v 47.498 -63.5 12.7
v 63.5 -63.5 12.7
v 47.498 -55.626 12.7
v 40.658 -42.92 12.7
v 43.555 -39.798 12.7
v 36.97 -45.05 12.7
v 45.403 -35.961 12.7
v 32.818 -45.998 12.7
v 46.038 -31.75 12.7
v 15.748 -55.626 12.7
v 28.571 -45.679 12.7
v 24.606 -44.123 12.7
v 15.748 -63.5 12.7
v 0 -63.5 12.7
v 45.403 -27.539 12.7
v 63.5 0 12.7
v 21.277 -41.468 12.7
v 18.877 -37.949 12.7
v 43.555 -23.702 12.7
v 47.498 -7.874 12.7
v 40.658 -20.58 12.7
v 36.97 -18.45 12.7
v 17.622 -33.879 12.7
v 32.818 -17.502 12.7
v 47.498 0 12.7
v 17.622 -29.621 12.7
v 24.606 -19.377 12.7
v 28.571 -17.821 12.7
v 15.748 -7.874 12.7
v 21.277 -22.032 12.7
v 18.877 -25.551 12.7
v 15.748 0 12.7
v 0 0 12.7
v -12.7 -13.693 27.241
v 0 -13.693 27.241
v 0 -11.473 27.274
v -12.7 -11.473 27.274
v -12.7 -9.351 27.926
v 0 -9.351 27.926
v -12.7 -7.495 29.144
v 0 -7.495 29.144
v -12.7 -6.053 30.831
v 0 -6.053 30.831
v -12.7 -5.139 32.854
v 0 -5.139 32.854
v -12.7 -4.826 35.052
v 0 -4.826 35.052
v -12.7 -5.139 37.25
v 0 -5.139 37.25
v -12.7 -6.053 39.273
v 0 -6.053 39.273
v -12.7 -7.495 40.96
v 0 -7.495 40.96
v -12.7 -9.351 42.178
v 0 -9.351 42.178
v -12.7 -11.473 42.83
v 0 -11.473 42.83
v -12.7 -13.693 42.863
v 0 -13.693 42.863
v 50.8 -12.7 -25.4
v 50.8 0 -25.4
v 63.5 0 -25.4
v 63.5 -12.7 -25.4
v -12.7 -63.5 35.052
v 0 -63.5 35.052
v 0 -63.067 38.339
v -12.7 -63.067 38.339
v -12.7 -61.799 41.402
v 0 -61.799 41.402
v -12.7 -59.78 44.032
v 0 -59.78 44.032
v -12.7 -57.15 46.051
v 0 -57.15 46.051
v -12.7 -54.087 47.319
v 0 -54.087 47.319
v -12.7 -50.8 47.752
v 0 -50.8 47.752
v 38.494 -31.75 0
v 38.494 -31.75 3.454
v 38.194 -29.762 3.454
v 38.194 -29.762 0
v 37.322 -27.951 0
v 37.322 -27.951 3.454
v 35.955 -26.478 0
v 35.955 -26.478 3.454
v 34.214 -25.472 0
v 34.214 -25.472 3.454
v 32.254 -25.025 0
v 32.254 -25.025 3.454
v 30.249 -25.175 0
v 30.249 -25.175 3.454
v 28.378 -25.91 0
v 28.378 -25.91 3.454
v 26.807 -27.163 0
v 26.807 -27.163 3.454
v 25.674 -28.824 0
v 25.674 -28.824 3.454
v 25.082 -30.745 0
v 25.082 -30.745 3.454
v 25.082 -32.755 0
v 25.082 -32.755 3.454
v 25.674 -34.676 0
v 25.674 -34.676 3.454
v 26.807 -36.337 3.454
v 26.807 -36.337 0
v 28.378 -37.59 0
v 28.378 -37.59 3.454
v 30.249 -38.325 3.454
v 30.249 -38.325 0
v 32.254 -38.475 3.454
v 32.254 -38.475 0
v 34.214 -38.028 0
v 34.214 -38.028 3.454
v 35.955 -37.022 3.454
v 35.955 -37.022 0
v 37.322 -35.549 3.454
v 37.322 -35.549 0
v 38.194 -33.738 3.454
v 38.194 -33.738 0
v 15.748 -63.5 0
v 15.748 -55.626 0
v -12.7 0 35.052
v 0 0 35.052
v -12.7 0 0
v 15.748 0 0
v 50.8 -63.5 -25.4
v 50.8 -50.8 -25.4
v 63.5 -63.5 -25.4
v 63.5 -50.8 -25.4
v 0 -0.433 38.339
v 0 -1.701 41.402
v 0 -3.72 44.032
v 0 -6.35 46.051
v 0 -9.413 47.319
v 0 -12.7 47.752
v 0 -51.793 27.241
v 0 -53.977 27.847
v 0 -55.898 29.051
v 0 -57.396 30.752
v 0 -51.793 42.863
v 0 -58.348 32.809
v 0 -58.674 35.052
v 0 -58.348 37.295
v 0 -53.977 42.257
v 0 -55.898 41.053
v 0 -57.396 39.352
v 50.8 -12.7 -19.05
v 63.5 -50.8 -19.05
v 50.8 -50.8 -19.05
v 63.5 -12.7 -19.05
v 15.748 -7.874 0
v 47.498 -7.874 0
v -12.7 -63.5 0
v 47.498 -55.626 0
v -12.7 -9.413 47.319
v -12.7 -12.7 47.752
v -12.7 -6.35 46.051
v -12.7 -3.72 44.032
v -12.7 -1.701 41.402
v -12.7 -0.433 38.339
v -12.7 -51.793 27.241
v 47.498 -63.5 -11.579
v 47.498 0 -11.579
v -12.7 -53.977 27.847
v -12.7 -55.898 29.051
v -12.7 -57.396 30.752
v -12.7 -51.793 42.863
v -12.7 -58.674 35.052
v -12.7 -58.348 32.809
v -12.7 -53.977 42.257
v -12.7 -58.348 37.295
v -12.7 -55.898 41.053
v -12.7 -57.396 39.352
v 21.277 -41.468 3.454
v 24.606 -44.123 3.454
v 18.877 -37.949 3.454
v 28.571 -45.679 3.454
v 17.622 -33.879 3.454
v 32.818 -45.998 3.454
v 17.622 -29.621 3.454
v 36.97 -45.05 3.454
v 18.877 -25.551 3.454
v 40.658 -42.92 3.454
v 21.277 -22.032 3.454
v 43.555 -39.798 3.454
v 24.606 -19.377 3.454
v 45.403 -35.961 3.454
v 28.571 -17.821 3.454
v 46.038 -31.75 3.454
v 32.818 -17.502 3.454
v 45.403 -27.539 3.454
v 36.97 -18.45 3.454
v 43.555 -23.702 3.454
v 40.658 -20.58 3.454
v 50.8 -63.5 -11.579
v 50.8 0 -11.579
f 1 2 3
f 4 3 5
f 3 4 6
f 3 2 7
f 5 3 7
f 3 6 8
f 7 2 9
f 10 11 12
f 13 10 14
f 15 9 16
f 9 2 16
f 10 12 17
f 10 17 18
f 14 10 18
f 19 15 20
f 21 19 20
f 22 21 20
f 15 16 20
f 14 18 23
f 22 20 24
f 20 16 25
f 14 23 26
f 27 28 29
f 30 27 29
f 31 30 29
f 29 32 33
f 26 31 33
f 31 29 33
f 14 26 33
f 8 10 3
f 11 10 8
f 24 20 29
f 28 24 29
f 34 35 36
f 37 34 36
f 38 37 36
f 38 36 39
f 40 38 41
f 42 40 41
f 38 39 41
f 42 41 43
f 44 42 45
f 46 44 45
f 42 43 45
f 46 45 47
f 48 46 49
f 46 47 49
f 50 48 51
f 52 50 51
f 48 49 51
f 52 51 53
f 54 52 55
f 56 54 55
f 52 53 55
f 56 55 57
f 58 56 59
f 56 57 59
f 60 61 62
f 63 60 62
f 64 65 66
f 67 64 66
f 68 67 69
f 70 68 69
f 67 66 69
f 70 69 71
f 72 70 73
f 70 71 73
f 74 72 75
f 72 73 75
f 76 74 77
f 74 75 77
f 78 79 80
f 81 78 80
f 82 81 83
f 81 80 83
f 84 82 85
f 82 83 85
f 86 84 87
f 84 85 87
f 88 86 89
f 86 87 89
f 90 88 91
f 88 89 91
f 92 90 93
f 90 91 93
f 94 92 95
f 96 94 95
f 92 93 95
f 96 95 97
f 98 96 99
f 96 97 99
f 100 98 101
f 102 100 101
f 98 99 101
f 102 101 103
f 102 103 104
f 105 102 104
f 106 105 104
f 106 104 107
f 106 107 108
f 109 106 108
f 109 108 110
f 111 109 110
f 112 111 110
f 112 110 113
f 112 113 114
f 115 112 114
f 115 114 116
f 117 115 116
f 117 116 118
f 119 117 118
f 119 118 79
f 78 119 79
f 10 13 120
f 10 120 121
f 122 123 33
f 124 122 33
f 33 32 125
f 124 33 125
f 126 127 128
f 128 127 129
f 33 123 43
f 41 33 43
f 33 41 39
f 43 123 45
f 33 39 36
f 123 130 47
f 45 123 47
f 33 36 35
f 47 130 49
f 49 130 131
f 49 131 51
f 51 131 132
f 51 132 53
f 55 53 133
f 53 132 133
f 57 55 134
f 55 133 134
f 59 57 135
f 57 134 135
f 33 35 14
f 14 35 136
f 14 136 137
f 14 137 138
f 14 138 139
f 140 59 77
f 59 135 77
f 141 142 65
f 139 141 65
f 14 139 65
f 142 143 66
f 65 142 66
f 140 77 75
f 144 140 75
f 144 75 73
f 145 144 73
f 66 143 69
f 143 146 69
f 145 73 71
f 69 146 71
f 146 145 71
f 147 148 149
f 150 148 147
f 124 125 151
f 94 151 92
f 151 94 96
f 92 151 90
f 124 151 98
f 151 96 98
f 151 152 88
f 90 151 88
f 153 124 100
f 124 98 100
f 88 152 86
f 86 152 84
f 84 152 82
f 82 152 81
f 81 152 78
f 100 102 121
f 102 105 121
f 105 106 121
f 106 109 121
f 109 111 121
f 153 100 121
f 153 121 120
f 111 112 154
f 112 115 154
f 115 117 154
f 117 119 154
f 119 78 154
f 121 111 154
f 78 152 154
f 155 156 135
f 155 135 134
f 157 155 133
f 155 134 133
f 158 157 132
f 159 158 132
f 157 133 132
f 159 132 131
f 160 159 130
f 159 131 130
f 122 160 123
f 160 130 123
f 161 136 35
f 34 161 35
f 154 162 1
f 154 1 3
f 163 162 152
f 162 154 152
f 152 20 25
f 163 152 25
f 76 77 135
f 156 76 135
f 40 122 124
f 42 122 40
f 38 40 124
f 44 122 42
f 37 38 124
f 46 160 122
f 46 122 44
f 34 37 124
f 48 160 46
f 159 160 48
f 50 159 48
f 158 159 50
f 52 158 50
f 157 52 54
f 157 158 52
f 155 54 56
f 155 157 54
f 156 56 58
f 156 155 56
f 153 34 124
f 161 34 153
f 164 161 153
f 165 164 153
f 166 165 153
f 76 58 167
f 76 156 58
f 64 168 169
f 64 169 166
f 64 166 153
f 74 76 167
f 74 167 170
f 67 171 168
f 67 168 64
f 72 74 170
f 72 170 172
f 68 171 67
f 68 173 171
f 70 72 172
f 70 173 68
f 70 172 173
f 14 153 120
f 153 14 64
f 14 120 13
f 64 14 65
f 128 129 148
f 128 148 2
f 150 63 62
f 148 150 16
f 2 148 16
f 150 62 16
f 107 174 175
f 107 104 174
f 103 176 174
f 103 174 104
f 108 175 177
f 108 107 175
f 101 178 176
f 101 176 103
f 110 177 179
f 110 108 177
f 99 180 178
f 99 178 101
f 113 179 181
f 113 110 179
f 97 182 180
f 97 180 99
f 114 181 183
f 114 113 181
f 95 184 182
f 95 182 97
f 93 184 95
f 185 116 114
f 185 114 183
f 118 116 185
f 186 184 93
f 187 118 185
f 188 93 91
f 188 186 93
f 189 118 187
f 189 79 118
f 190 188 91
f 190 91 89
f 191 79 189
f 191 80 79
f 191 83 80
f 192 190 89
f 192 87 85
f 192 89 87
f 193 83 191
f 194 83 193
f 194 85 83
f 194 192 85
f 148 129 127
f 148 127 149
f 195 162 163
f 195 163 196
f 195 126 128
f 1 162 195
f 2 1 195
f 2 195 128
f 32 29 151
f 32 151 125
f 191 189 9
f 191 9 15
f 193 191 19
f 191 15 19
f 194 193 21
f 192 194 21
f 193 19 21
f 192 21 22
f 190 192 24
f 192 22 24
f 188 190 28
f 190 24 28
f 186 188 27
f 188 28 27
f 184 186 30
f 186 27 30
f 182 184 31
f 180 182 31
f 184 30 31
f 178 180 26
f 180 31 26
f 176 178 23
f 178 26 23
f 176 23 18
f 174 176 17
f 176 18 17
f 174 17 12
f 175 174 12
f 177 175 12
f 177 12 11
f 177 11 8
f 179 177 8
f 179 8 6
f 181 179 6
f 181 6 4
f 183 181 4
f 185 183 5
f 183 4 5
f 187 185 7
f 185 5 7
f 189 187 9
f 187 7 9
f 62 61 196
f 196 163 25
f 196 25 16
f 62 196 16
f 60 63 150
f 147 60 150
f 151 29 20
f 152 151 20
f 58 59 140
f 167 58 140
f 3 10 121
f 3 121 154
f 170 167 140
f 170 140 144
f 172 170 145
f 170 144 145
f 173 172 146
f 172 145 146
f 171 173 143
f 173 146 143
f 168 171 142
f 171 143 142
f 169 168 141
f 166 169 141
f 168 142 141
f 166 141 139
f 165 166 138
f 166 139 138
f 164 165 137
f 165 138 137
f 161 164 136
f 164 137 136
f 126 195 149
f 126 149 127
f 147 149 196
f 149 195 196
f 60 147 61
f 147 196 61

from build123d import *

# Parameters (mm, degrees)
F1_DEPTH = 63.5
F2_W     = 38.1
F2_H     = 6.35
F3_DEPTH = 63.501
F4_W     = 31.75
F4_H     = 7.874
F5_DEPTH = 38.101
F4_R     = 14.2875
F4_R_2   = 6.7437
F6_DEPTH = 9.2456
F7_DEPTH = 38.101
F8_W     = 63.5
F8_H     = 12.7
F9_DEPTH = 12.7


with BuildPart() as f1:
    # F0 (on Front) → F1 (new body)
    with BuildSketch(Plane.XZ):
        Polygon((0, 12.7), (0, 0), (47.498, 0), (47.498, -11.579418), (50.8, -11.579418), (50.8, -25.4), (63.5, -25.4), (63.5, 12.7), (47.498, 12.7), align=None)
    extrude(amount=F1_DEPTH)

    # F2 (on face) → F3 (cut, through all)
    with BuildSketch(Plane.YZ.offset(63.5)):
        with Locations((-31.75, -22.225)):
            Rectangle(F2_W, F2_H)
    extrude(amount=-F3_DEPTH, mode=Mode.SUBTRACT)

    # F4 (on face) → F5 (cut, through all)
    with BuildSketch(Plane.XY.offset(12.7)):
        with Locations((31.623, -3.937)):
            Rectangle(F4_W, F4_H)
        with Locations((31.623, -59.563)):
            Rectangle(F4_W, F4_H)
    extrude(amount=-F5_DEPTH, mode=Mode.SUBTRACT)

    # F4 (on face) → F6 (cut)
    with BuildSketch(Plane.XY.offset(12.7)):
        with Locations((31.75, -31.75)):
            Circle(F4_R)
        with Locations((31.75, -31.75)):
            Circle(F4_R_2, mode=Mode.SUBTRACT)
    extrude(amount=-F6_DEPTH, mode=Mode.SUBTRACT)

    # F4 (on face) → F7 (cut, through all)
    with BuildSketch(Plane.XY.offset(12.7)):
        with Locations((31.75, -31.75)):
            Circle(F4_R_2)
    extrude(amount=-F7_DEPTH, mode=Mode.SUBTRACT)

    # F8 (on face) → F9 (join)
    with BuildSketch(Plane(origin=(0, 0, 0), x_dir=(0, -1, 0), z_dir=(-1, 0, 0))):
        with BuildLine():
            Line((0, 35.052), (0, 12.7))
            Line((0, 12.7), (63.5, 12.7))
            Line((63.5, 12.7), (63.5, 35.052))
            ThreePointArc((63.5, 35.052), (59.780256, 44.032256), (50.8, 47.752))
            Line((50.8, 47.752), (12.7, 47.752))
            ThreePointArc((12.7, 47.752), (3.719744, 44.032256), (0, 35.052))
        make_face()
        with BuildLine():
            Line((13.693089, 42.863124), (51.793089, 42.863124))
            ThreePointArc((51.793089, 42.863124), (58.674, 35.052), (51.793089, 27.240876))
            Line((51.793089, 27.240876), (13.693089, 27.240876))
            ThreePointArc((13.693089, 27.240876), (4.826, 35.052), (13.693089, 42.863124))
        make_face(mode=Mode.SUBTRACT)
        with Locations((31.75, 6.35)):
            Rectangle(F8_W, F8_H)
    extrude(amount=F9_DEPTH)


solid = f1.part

▬▬▬▬▬▬▬▬▬▬

◆ **Exercise goal**
Could you transcribe the entries exactly, from the first line through the line containing "v 18.877 -25.551 12.7", and give nothing more?

◆ **Solution to the exercise**
v 47.498 -63.5 12.7
v 63.5 -63.5 12.7
v 47.498 -55.626 12.7
v 40.658 -42.92 12.7
v 43.555 -39.798 12.7
v 36.97 -45.05 12.7
v 45.403 -35.961 12.7
v 32.818 -45.998 12.7
v 46.038 -31.75 12.7
v 15.748 -55.626 12.7
v 28.571 -45.679 12.7
v 24.606 -44.123 12.7
v 15.748 -63.5 12.7
v 0 -63.5 12.7
v 45.403 -27.539 12.7
v 63.5 0 12.7
v 21.277 -41.468 12.7
v 18.877 -37.949 12.7
v 43.555 -23.702 12.7
v 47.498 -7.874 12.7
v 40.658 -20.58 12.7
v 36.97 -18.45 12.7
v 17.622 -33.879 12.7
v 32.818 -17.502 12.7
v 47.498 0 12.7
v 17.622 -29.621 12.7
v 24.606 -19.377 12.7
v 28.571 -17.821 12.7
v 15.748 -7.874 12.7
v 21.277 -22.032 12.7
v 18.877 -25.551 12.7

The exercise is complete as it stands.